Ugandans were a spiritual people even before the first British missionaries and the Catholic Missionaries of Africa – also known in French as the Pères Blancs, or the White Fathers – arrived on the scene in the 1870s. Perhaps that openness to faith is why so many became Christians, some of whom died for their beliefs.
Father Alexander Muddu, pastor of St. Kateri Tekakwitha, Yorktown, gave a presentation on the Ugandan Martyrs June 3 at his parish, the feast day of St. Charles Lwanga and Companions, Martyrs. Father Muddu is passionate about sharing their inspiring stories; he has been serving in our diocese since 2016 but comes from the Archdiocese of Kampala, Uganda. The presentation included a sampling of Ugandan foods for those in attendance.
During Father Muddu’s presentation, he shared about the history of Uganda. In the Buganda kingdom in what is now Uganda, they believed in a three-tiered system of gods, he explained.
In the mid-1800s, Islam “took over traditional worship” in Buganda, but the prominent religion in the country is now Christianity, comprising about 82% of Uganda’s population. Catholics make up the largest Christian group at 37%.
Uganda is in east Africa and is about 93,000 square miles, roughly the size of Oregon. There are many cultures, Father Muddu said, because there are more than 50 tribes and dozens of languages. The official languages are English and Swahili.
Father Muddu said the Catholic Church in Uganda was born during the papacy of Leo XIII. In 1879, he “assigned the whole area of the vicariate of central Africa, and the evangelization of Uganda to the White Fathers.”
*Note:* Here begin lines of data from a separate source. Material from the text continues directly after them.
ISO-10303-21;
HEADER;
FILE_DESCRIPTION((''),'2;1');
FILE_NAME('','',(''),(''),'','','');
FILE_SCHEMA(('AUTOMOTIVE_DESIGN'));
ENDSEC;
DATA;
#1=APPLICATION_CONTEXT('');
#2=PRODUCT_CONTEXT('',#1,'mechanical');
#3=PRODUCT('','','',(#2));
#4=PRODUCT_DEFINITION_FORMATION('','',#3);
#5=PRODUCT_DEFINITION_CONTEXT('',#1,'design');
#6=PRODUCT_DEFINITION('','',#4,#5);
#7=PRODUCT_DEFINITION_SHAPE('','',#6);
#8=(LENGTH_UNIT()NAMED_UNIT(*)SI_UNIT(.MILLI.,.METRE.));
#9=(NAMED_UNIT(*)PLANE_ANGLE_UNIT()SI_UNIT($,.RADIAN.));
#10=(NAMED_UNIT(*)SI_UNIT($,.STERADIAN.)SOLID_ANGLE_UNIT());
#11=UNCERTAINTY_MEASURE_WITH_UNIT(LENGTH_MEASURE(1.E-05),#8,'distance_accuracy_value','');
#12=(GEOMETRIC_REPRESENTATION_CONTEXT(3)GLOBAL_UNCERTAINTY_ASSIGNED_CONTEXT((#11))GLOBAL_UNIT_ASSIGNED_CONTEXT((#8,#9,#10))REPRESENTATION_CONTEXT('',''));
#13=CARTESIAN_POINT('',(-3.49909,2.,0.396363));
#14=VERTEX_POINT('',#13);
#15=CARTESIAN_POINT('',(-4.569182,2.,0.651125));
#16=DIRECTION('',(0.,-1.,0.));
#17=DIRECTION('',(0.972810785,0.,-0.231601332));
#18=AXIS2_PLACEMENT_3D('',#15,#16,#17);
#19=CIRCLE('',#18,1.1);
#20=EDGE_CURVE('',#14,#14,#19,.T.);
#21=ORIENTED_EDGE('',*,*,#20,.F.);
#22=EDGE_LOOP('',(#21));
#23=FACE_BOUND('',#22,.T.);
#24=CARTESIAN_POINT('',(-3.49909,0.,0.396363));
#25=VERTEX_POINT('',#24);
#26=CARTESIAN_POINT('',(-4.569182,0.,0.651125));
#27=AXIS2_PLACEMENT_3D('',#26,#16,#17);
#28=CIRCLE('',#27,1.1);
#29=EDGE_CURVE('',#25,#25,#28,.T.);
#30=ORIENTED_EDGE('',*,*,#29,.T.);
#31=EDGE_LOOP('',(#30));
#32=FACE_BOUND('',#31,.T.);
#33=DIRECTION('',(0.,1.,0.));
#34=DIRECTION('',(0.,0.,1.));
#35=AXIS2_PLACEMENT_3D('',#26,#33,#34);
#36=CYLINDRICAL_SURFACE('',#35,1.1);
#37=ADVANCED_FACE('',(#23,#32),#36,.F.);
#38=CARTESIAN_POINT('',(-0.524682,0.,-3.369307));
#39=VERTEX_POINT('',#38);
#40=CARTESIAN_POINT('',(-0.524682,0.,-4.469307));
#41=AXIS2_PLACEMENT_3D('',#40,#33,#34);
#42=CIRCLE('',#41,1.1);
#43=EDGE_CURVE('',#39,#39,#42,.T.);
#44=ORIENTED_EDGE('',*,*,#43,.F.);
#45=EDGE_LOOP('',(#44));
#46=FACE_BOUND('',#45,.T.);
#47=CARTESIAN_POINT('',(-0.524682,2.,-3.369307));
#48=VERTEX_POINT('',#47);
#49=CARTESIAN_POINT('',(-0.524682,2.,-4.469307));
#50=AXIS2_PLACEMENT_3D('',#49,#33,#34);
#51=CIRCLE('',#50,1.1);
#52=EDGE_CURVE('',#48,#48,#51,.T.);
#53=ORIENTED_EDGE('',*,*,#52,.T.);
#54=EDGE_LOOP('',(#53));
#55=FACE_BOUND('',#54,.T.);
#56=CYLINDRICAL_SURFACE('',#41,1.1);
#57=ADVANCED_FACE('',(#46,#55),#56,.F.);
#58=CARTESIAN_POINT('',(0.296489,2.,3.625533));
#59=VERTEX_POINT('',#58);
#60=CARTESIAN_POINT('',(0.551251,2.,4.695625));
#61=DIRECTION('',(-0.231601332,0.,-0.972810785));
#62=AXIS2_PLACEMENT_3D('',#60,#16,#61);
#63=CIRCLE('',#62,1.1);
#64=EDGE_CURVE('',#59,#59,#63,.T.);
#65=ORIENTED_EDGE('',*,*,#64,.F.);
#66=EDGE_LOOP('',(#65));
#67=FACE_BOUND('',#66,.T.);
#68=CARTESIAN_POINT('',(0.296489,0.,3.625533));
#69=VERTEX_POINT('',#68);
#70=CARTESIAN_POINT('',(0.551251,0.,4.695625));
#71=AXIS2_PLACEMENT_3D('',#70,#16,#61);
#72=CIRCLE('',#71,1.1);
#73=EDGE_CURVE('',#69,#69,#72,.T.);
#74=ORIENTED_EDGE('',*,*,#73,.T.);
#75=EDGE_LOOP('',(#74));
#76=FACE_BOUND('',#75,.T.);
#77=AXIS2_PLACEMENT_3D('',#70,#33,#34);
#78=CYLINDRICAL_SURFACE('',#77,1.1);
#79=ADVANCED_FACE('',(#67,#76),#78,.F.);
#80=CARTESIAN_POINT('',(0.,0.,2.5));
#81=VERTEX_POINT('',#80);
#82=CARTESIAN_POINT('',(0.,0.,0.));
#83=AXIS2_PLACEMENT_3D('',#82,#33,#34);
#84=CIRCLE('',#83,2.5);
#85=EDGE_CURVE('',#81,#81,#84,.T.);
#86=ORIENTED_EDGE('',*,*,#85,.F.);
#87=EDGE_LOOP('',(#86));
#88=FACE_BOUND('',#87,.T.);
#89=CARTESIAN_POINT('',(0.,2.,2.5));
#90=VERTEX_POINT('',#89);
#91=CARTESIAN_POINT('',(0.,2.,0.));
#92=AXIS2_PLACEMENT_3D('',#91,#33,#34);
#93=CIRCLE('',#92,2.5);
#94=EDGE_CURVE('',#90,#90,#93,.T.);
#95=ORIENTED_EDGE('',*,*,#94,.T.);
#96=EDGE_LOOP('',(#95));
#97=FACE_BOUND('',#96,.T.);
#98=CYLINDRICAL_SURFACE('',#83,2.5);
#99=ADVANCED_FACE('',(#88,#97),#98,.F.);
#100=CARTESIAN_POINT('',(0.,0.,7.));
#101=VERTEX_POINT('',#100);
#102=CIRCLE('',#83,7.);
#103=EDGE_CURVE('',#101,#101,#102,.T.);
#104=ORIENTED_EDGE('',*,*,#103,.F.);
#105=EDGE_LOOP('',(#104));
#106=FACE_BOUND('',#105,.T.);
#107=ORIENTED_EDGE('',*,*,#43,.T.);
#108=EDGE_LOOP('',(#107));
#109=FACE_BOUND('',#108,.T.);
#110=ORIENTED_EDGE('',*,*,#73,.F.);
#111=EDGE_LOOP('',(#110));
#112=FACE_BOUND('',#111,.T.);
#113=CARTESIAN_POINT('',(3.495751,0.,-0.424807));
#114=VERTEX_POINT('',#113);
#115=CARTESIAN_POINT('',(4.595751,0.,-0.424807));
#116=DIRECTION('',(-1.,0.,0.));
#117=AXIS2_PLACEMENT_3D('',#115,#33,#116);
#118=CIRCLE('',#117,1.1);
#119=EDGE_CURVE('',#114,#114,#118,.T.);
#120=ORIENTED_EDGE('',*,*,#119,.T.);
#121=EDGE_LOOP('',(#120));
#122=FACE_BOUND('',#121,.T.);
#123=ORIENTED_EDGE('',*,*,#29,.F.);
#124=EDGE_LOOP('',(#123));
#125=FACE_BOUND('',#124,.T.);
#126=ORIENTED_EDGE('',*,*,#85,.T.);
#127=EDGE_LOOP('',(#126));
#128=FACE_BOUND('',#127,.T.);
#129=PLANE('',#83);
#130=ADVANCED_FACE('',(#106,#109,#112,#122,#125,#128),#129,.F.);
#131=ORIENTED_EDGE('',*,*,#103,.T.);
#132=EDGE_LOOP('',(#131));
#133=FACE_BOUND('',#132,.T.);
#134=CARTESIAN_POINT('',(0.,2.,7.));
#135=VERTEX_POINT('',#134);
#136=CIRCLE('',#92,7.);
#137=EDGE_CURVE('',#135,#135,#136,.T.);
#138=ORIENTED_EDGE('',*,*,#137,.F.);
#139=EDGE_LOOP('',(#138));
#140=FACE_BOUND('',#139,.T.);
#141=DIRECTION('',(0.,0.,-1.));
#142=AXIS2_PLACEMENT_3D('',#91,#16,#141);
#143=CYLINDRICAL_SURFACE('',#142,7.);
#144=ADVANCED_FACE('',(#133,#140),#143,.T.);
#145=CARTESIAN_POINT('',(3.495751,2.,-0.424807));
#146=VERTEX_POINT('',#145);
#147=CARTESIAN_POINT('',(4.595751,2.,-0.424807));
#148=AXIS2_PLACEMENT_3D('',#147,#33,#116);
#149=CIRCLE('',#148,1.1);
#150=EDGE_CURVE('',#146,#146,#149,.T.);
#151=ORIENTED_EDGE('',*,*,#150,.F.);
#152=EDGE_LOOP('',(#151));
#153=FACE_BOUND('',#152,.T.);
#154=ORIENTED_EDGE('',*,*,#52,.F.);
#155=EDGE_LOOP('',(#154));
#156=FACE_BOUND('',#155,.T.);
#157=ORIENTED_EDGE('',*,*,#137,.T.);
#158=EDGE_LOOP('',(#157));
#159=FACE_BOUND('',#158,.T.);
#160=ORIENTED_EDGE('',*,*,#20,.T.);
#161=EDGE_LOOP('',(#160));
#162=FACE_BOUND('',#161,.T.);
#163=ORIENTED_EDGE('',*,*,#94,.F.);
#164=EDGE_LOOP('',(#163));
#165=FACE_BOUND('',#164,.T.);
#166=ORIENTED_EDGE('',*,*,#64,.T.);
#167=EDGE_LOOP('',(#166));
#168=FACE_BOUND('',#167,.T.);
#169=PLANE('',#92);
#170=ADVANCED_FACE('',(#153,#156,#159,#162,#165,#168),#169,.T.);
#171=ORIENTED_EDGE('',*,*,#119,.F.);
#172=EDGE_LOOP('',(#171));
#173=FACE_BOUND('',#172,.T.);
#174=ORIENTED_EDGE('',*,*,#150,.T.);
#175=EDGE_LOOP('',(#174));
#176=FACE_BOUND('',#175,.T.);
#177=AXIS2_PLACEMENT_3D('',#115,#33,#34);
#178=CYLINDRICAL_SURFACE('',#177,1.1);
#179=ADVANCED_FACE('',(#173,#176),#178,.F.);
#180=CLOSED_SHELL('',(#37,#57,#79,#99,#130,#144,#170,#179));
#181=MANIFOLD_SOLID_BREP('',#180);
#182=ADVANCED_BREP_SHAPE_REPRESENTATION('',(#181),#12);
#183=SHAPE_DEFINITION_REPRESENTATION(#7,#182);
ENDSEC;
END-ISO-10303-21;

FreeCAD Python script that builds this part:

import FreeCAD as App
import Part
import Sketcher
from FreeCAD import Vector

doc = App.newDocument("Part")
body = doc.addObject("PartDesign::Body", "Body")

# Sketch on XZ plane
sketch1 = body.newObject("Sketcher::SketchObject", "Sketch")
sketch1.AttachmentSupport = (doc.getObject("XZ_Plane"), [""])
sketch1.MapMode = "FlatFace"
sketch1.addGeometry(Part.Circle(Vector(0, 0, 0), Vector(0, 0, 1), 7), False)
sketch1.addConstraint(Sketcher.Constraint("Coincident", 0, 3, -1, 1))
sketch1.addConstraint(Sketcher.Constraint("Diameter", 0, 14.0))
pad1 = body.newObject("PartDesign::Pad", "Pad")
pad1.Profile = sketch1
pad1.Length = 2
pad1.Reversed = True

# Sketch on XZ plane
sketch2 = body.newObject("Sketcher::SketchObject", "Sketch001")
sketch2.AttachmentSupport = (doc.getObject("XZ_Plane"), [""])
sketch2.MapMode = "FlatFace"
sketch2.AttachmentOffset = App.Placement(Vector(0, 0, -2), App.Rotation())
sketch2.addGeometry(Part.Circle(Vector(-0.5, -4.5, 0), Vector(0, 0, 1), 1.1), False)
sketch2.addConstraint(Sketcher.Constraint("Diameter", 0, 2.2))
sketch2.addConstraint(Sketcher.Constraint("DistanceX", 0, 3, -1, 1, 0.524682))
sketch2.addConstraint(Sketcher.Constraint("DistanceY", 0, 3, -1, 1, 4.469307))
pocket1 = body.newObject("PartDesign::Pocket", "Pocket")
pocket1.Profile = sketch2
pocket1.Length = 2
pocket1.Reversed = True
doc.recompute()

datumplane = body.newObject("PartDesign::Plane", "DatumPlane")
datumplane.Placement = App.Placement(Vector(0.013284, 0, 0.113159), App.Rotation(Vector(-0.993179436, 0, 0.116595916), Vector(0, -1, 0), Vector(0.116595916, 0, 0.993179436), "ZXY"))
mirrored = body.newObject("PartDesign::Mirrored", "Mirrored")
mirrored.Originals = [pocket1]
mirrored.MirrorPlane = (datumplane, [""])
body.Tip = mirrored
doc.recompute()

datumline = body.newObject("PartDesign::Line", "DatumLine")
datumline.Placement = App.Placement(Vector(0.013284, 0, 0.113159), App.Rotation(Vector(0, 0, 1), Vector(0, -1, 0)))
polarpattern = body.newObject("PartDesign::PolarPattern", "PolarPattern")
polarpattern.Originals = [pocket1]
polarpattern.Axis = (datumline, [""])
polarpattern.Angle = 90
polarpattern.Occurrences = 2
body.Tip = polarpattern

# Sketch on XZ plane
sketch3 = body.newObject("Sketcher::SketchObject", "Sketch002")
sketch3.AttachmentSupport = (doc.getObject("XZ_Plane"), [""])
sketch3.MapMode = "FlatFace"
sketch3.AttachmentOffset = App.Placement(Vector(0, 0, -2), App.Rotation())
sketch3.addGeometry(Part.Circle(Vector(-4.6, 0.7, 0), Vector(0, 0, 1), 1.1), False)
sketch3.addConstraint(Sketcher.Constraint("Diameter", 0, 2.2))
sketch3.addConstraint(Sketcher.Constraint("DistanceX", 0, 3, -1, 1, 4.569182))
sketch3.addConstraint(Sketcher.Constraint("DistanceY", -1, 1, 0, 3, 0.651125))
pocket2 = body.newObject("PartDesign::Pocket", "Pocket001")
pocket2.Profile = sketch3
pocket2.Length = 2
pocket2.Reversed = True

# Sketch on XZ plane
sketch4 = body.newObject("Sketcher::SketchObject", "Sketch003")
sketch4.AttachmentSupport = (doc.getObject("XZ_Plane"), [""])
sketch4.MapMode = "FlatFace"
sketch4.AttachmentOffset = App.Placement(Vector(0, 0, -2), App.Rotation())
sketch4.addGeometry(Part.Circle(Vector(0, 0, 0), Vector(0, 0, 1), 2.5), False)
sketch4.addConstraint(Sketcher.Constraint("Coincident", 0, 3, -1, 1))
sketch4.addConstraint(Sketcher.Constraint("Diameter", 0, 5.0))
pocket3 = body.newObject("PartDesign::Pocket", "Pocket002")
pocket3.Profile = sketch4
pocket3.Length = 2
pocket3.Reversed = True

doc.recompute()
Between 1884 and 1887, King Danieri Basammula-Ekkere Mwanga II Mukasa sentenced many Ugandan Christians to death.
It was during that period that the group known as the Uganda martyrs died. Mwanga returned from hunting one day and could not find any of his servants. He began to search angrily for them. He discovered his favorite servant had gone with a “known Catholic” to catechetical instruction at Bulange-Mengo, an official administrative building of the Buganda kingdom.
When the servant returned that evening, Mwanga, furious, stabbed him in the chest with a spear and then summoned his executioners to take him away and kill him, Father Muddu said. Mwanga then went to the home of one of his senior palace officials and burned the man’s books on Christianity.
That evening, Mwanga saw two of his Anglican servants and ordered their execution. Mwanga then ordered the arrest of all Christians, both Anglican and Catholic, on the palace grounds, and the palace gates were locked so no one could escape. He sentenced 22 Catholic and 23 Anglican men to death by burning. Some of the people sentenced had been Catholic for less than a year. They were later named saints: St. Charles Lwanga and Companions, Martyrs of Uganda.
Several miracles have been attributed to the Ugandan martyrs. In 1941, two nuns who were caring for another sister who eventually died of bubonic plague contracted the illness as well, and doctors thought they were beyond hope. However, they were cured after a novena and after relics of the martyrs were placed on the nuns.
“These ancestors of faith, who had barely 10 years of discipleship, knew who Jesus was and who he is. Because they knew him, they could place all of their faith, hope, and trust in his Word, embracing the supreme form of witnessing in Christ,” Father Muddu said.
“For us followers of Christ, death is not the end. We should not fear those who threaten to kill us, for they are unable to kill our souls,” he added.